This is the Home of the Section on Molecular Endocrinology, headed by Maria L Dufau, MD, PhD
The Section on Molecular Endocrinology investigates the molecular basis of peptide hormone and their receptors in the control of gonadal function. Studies encompass the structure and transcriptional regulation of luteinizing hormone and prolactin receptors. This Section studies the regulatory mechanism (s) involved in the progress of spermatogenesis and control of Leydig cell function. Investigates novel gonadotropin-regulated genes of relevance to the progression of testicular gametogenesis, Leydig cell function and other endocrine processes.
Current studies concentrate on the function and regulation of Gonadotropin Regulated Testicular RNA Helicase (GRTH/DDX25), a member of the DEAD-box family of RNA helicases discovered in this laboratory, which is expressed in male germ cells of mice, rat and human, predominantly in meiotic spermatocytes and round spermatids, and is also present in Leydig cells. The characterization of GRTH null mice developed in this laboratory demonstrated that this gene is essential for the progress of spermatogenesis and participates in the process of elongation. GRTH null mice are sterile due to lack of sperm with spermatogenic arrest at the round spermatid stage 8 that fail to elongate. GRTH is a multifunctional protein which participates in the transport of relevant mRNAs from nucleous to cytoplasmic sites of germ cells for storage in Chromatoid Bodies of round spermatids awaiting translation at later stages of spermatogenesis. This is followed by their transit in association with phospho-GRTH and binding to actively translating polyribosomes, where it may participate in translation. It is also a regulator of miRNA biogenesis and an inhibitor of germ cell apoptosis. Testosterone and its derivatives are essential for transcription of GRTH in germ cells through its paracrine effects via androgen receptors in Sertoli cells. Other studies have identified a functional cis-binding element on the GRTH gene for Germ Cell Nuclear Factor (GCNF) which is required for GRTH transcription in post-meiotic germ cells. This work provided evidence for cell specific actions of androgen on GCNF in GRTH transcription. Studies of this group have linked testosterone produced in Leydig of the interstitial compartment under Luteinizing Hormone stimulus to the induction of GRTH in germ cells through paracrine actions via androgen receptors present in Sertoli cells. Future studies are directed toward learning how the Androgen signal(s) through Sertoli cells is passed to the germ cells (round spermatids). This is to include involvement of classical and non-classical pathways of androgen action. Also, other work will encompass identification of paracrine factor(s) and transcription factor(s) activated by androgen induced by gonadotropin that may affect GCNF which in turn stimulates GRTH transcription and consequently expression, essential for the progress of spermatogenesis. Other studies will investigate GRTH’s role in translation of mRNAs essential in spermatogenesis.

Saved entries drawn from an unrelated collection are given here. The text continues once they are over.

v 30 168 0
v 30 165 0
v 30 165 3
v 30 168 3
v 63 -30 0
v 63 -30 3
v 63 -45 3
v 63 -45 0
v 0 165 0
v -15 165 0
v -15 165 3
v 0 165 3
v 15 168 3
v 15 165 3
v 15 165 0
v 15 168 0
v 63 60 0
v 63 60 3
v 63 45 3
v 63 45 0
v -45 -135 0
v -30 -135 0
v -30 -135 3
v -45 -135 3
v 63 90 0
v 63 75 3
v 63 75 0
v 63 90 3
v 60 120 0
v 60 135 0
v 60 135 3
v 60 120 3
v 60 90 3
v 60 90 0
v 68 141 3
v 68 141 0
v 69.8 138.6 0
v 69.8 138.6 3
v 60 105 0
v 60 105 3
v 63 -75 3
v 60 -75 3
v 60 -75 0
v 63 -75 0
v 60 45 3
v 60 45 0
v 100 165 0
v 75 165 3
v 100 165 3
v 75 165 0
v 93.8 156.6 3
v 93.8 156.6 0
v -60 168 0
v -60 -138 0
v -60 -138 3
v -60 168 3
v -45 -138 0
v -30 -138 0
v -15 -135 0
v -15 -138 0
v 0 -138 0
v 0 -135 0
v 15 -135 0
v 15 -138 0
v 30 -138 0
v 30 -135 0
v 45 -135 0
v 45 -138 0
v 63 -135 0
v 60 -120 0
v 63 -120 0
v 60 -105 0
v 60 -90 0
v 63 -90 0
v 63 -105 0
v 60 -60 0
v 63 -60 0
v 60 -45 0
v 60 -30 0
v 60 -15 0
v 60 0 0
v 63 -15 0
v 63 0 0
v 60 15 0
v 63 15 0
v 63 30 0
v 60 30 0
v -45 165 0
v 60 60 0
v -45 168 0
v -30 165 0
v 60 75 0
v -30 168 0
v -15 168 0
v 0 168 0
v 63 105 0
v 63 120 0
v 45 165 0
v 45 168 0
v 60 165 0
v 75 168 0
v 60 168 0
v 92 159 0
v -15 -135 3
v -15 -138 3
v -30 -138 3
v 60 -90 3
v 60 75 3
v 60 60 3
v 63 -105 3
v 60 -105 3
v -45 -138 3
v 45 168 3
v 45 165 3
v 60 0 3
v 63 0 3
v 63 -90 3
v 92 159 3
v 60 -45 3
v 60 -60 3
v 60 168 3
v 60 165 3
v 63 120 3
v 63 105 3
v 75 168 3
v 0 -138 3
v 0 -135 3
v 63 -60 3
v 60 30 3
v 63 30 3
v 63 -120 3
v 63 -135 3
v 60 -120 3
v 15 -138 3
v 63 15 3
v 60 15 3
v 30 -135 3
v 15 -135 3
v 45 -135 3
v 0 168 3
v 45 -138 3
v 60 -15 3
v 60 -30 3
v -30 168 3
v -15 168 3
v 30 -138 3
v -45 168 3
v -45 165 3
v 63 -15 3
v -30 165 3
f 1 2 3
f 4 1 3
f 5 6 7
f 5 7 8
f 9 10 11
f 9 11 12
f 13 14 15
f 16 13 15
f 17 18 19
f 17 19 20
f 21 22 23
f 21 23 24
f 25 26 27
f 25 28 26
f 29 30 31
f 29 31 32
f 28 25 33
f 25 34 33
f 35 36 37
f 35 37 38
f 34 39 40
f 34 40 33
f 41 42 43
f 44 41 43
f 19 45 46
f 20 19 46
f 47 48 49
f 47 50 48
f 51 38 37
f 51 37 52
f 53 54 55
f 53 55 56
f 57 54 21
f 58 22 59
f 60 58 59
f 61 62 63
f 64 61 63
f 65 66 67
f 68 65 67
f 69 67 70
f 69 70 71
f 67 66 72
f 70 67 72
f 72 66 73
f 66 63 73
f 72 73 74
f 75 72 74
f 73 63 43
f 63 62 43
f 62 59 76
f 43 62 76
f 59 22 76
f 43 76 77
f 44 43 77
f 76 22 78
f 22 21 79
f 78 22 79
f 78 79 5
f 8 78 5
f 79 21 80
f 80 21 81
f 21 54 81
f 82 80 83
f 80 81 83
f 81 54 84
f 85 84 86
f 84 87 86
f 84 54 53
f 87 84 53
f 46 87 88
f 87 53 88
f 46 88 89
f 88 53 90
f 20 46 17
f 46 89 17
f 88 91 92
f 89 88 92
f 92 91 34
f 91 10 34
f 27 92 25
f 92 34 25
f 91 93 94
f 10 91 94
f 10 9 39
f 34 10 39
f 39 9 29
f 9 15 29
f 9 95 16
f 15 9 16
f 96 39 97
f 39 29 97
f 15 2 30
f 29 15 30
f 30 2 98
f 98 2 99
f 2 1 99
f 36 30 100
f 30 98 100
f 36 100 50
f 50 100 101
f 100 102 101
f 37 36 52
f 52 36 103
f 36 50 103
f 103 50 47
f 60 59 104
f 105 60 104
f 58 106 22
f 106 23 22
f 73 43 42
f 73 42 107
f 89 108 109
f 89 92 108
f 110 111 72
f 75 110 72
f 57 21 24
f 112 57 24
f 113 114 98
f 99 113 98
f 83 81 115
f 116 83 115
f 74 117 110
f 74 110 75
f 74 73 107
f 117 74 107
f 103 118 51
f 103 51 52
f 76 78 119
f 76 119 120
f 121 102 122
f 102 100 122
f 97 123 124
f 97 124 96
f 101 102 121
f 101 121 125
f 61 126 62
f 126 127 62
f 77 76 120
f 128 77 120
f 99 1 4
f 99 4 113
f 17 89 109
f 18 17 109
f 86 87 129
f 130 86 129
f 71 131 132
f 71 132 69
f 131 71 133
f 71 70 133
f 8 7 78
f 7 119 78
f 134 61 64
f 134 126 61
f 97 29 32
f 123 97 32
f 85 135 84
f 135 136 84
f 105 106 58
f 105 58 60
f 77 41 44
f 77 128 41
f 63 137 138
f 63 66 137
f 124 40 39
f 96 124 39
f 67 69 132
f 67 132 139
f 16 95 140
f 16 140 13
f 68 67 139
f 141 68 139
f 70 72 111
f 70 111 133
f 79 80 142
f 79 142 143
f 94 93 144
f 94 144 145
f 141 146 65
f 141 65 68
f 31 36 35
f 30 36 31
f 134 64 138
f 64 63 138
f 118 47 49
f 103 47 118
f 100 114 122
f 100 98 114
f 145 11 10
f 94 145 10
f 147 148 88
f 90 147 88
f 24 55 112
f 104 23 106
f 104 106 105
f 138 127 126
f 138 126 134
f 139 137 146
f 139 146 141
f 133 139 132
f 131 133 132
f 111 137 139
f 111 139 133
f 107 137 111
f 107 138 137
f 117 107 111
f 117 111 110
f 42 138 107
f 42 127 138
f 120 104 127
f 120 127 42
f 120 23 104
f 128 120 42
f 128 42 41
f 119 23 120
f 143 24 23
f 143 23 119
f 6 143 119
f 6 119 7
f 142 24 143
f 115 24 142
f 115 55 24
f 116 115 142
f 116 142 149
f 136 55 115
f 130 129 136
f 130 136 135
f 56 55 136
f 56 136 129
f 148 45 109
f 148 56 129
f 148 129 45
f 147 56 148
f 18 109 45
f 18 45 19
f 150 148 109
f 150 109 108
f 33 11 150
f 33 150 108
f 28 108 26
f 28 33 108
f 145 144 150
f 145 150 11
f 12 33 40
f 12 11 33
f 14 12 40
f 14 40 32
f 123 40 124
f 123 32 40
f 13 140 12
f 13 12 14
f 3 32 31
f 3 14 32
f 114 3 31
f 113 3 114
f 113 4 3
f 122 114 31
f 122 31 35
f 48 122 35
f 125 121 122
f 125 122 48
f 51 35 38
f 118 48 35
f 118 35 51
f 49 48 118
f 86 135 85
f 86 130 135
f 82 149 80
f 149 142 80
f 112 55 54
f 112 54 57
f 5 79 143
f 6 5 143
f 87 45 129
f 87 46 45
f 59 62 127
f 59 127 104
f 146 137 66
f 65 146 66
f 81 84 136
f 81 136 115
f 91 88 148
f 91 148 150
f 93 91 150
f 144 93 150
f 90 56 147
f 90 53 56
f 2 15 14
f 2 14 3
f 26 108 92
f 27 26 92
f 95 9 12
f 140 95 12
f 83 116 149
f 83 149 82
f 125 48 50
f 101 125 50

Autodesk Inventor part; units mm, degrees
ref_plane "YZ Plane" through (0, 0, 0) normal (1, 0, 0) x (0, 1, 0)
ref_plane "XZ Plane" through (0, 0, 0) normal (0, 1, 0) x (-1, 0, 0)
ref_plane "XY Plane" through (0, 0, 0) normal (0, 0, 1) x (1, 0, 0)
sketch "Esboço1" plane through (0, 0, 0) normal (0, 0, 1) x (1, 0, 0)
  line L0 (60, -135) -> (-60, -135)
  line L1 (-60, -135) -> (-60, 135)
  line L2 (-60, 135) -> (60, 135)
  line L3 (60, 135) -> (60, -135)
  line L4 (60, -135) -> (-60, 135) construction
  line L5 (-60, -135) -> (60, 135) construction
  line L6 (-60, 135) -> (60, 135)
  line L7 (60, 135) -> (60, 165)
  line L8 (60, 165) -> (-60, 165)
  line L9 (-60, 165) -> (-60, 135)
  line L10 (60, 165) -> (100, 165)
  line L11 (100, 165) -> (60, 135)
  point P0 (0, 0)
  dimension "d0" = 120
  dimension "d1" = 270
  dimension "d2" = 120
  dimension "d3" = 30
  dimension "d4" = 40
extrude "Extrusão1" add sketch "Esboço1" along normal blind 3
sketch "Esboço2" plane through (60, -135, 0) normal (1, 0, 0) x (0, 0, -1)
  line L0 (-3, 0) -> (0, 0)
  line L1 (0, 0) -> (0, 15)
  line L2 (0, 15) -> (-3, 15)
  line L3 (-3, 15) -> (-3, 0)
  line L4 (-3, 30) -> (0, 30)
  line L5 (0, 30) -> (0, 45)
  line L6 (0, 45) -> (-3, 45)
  line L7 (-3, 45) -> (-3, 30)
  line L8 (-3, 60) -> (0, 60)
  line L9 (0, 60) -> (0, 75)
  line L10 (0, 75) -> (-3, 75)
  line L11 (-3, 75) -> (-3, 60)
  line L12 (-3, 90) -> (0, 90)
  line L13 (0, 90) -> (0, 105)
  line L14 (0, 105) -> (-3, 105)
  line L15 (-3, 105) -> (-3, 90)
  line L16 (-3, 120) -> (0, 120)
  line L17 (0, 120) -> (0, 135)
  line L18 (0, 135) -> (-3, 135)
  line L19 (-3, 135) -> (-3, 120)
  line L20 (-3, 150) -> (0, 150)
  line L21 (0, 150) -> (0, 165)
  line L22 (0, 165) -> (-3, 165)
  line L23 (-3, 165) -> (-3, 150)
  line L24 (-3, 180) -> (0, 180)
  line L25 (0, 180) -> (0, 195)
  line L26 (0, 195) -> (-3, 195)
  line L27 (-3, 195) -> (-3, 180)
  line L28 (-3, 210) -> (0, 210)
  line L29 (0, 210) -> (0, 225)
  line L30 (0, 225) -> (-3, 225)
  line L31 (-3, 225) -> (-3, 210)
  line L32 (-3, 240) -> (0, 240)
  line L33 (0, 240) -> (0, 255)
  line L34 (0, 255) -> (-3, 255)
  line L35 (-3, 255) -> (-3, 240)
  dimension "d7" = 3
  dimension "d8" = 15
  dimension "d11" = 30
sketch "Esboço3" plane through (-60, -135, 0) normal (0, -1, 0) x (1, 0, 0)
  line L0 (160, 3) -> (0, 3) projected
  line L1 (0, 0) -> (15, 0)
  line L2 (15, 0) -> (15, 3)
  line L3 (15, 3) -> (0, 3)
  line L4 (0, 3) -> (0, 0)
  line L5 (30, 0) -> (45, 0)
  line L6 (45, 0) -> (45, 3)
  line L7 (45, 3) -> (30, 3)
  line L8 (60, 0) -> (75, 0)
  line L9 (75, 0) -> (75, 3)
  line L10 (75, 3) -> (60, 3)
  line L11 (90, 0) -> (105, 0)
  line L12 (105, 0) -> (105, 3)
  line L13 (105, 3) -> (90, 3)
  line L14 (30, 0) -> (45, 0)
  line L15 (45, 3) -> (30, 3)
  line L16 (45, 0) -> (45, 3)
  line L17 (30, 3) -> (30, 0)
  line L18 (60, 0) -> (75, 0)
  line L19 (75, 3) -> (60, 3)
  line L20 (75, 0) -> (75, 3)
  line L21 (60, 3) -> (60, 0)
  line L22 (90, 0) -> (105, 0)
  line L23 (105, 3) -> (90, 3)
  line L24 (105, 0) -> (105, 3)
  line L25 (90, 3) -> (90, 0)
  dimension "d16" = 15
  dimension "d17" = 3
  dimension "d20" = 30
  dimension "d27" = 30
sketch "Esboço4" plane through (-60, 165, 0) normal (0, 1, 0) x (1, 0, 0)
  line L0 (160, -3) -> (0, -3) projected
  line L1 (0, -3) -> (15, -3)
  line L2 (15, -3) -> (15, 0)
  line L3 (15, 0) -> (0, 0)
  line L4 (0, 0) -> (0, -3)
  line L5 (30, -3) -> (45, -3)
  line L6 (45, -3) -> (45, 0)
  line L7 (45, 0) -> (30, 0)
  line L8 (30, 0) -> (30, -3)
  line L9 (60, -3) -> (75, -3)
  line L10 (75, -3) -> (75, 0)
  line L11 (75, 0) -> (60, 0)
  line L12 (60, 0) -> (60, -3)
  line L13 (90, -3) -> (105, -3)
  line L14 (105, -3) -> (105, 0)
  line L15 (105, 0) -> (90, 0)
  line L16 (90, 0) -> (90, -3)
  line L17 (120, -3) -> (135, -3)
  line L18 (135, -3) -> (135, 0)
  line L19 (135, 0) -> (120, 0)
  line L20 (120, 0) -> (120, -3)
  point P0 (15, -3)
  dimension "d32" = 15
  dimension "d33" = 3
  dimension "d43" = 30
sketch "Esboço5" plane through (100, 165, 0) normal (0.6, -0.8, 0) x (0.8, 0.6, 0)
  line L0 (0, 0) -> (-128, 0) projected
  line L1 (0, 0) -> (-10, 0)
  line L2 (-50, 0) -> (0, 0) projected
  line L3 (-10, 0) -> (-40, 0)
  line L4 (-40, 0) -> (-40, 3)
  line L5 (-40, 3) -> (-10, 3)
  line L6 (-10, 3) -> (-10, 0)
  point P0 (-179, 0)
  point P1 (-40, 0)
  dimension "d34" = 10
  dimension "d35" = 30
  dimension "d36" = 3
extrude "Extrusão2" add sketch "Esboço2" along normal blind 3
extrude "Extrusão3" add sketch "Esboço3" along normal blind 3
extrude "Extrusão4" add sketch "Esboço4" along normal blind 3
extrude "Extrusão5" add sketch "Esboço5" along normal blind 3
equation "\"d16\" = d8"
equation "\"d17\" = d7"
equation "\"d32\" = d16"
equation "\"d33\" = d17"
equation "\"d36\" = d33"
properties part number "side"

Early studies of this Section in the human demonstrated the presence of a missense mutation (R242H) in GRTH gene in 5.8% of an infertile azoospermic Japanese population which abolish the phospho-form of GRTH and presumably its function at cytoplasmic sites. This mutation was predicted to impact structurally an adjacent region of Thr239 residue and presumably the binding pocket for PKA kinase. The recently developed GRTH knock-in mice (KI) carrying the human mutated GRTH gene, are sterile, lack sperm with arrest at the same level as the KO mice. These mice lack phospho-GRTH with preservation of non-phospho GRTH. This finding highlights the importance of the presence of phospho-GRTH in the progress of spermatogenesis. Studies are concentrated in understanding mechanistically the role of both phospho- and non-phospho-GRTH on the development of germ cells during spermatogenesis and its participation in the process of elongation.
Recent studies, using site directed mutagenesis, have identified Threonine 239, structurally adjacent to the patient’s mutant site as the GRTH phospho-site. Molecular Modeling provided structural basis for the role of R242 and other critical solvent exposed residues at the GRTH/PKA interface on the control of GRTH phosphorylation at T239. The surface topography of GRTH/PKA interface is relatively shallow and extended. Also, has unique distribution of basic and acidic surface residues. These provided the basis for development of effective pharmacophore inhibitors that corresponds to the GRTH/PKA interface which can effectively and specifically associate and block the phosphorylation of GRTH in in vitro systems. Our intent is to proceed with the development of a human male contraceptive by applying initially the in vitro findings to studies of mice in vivo.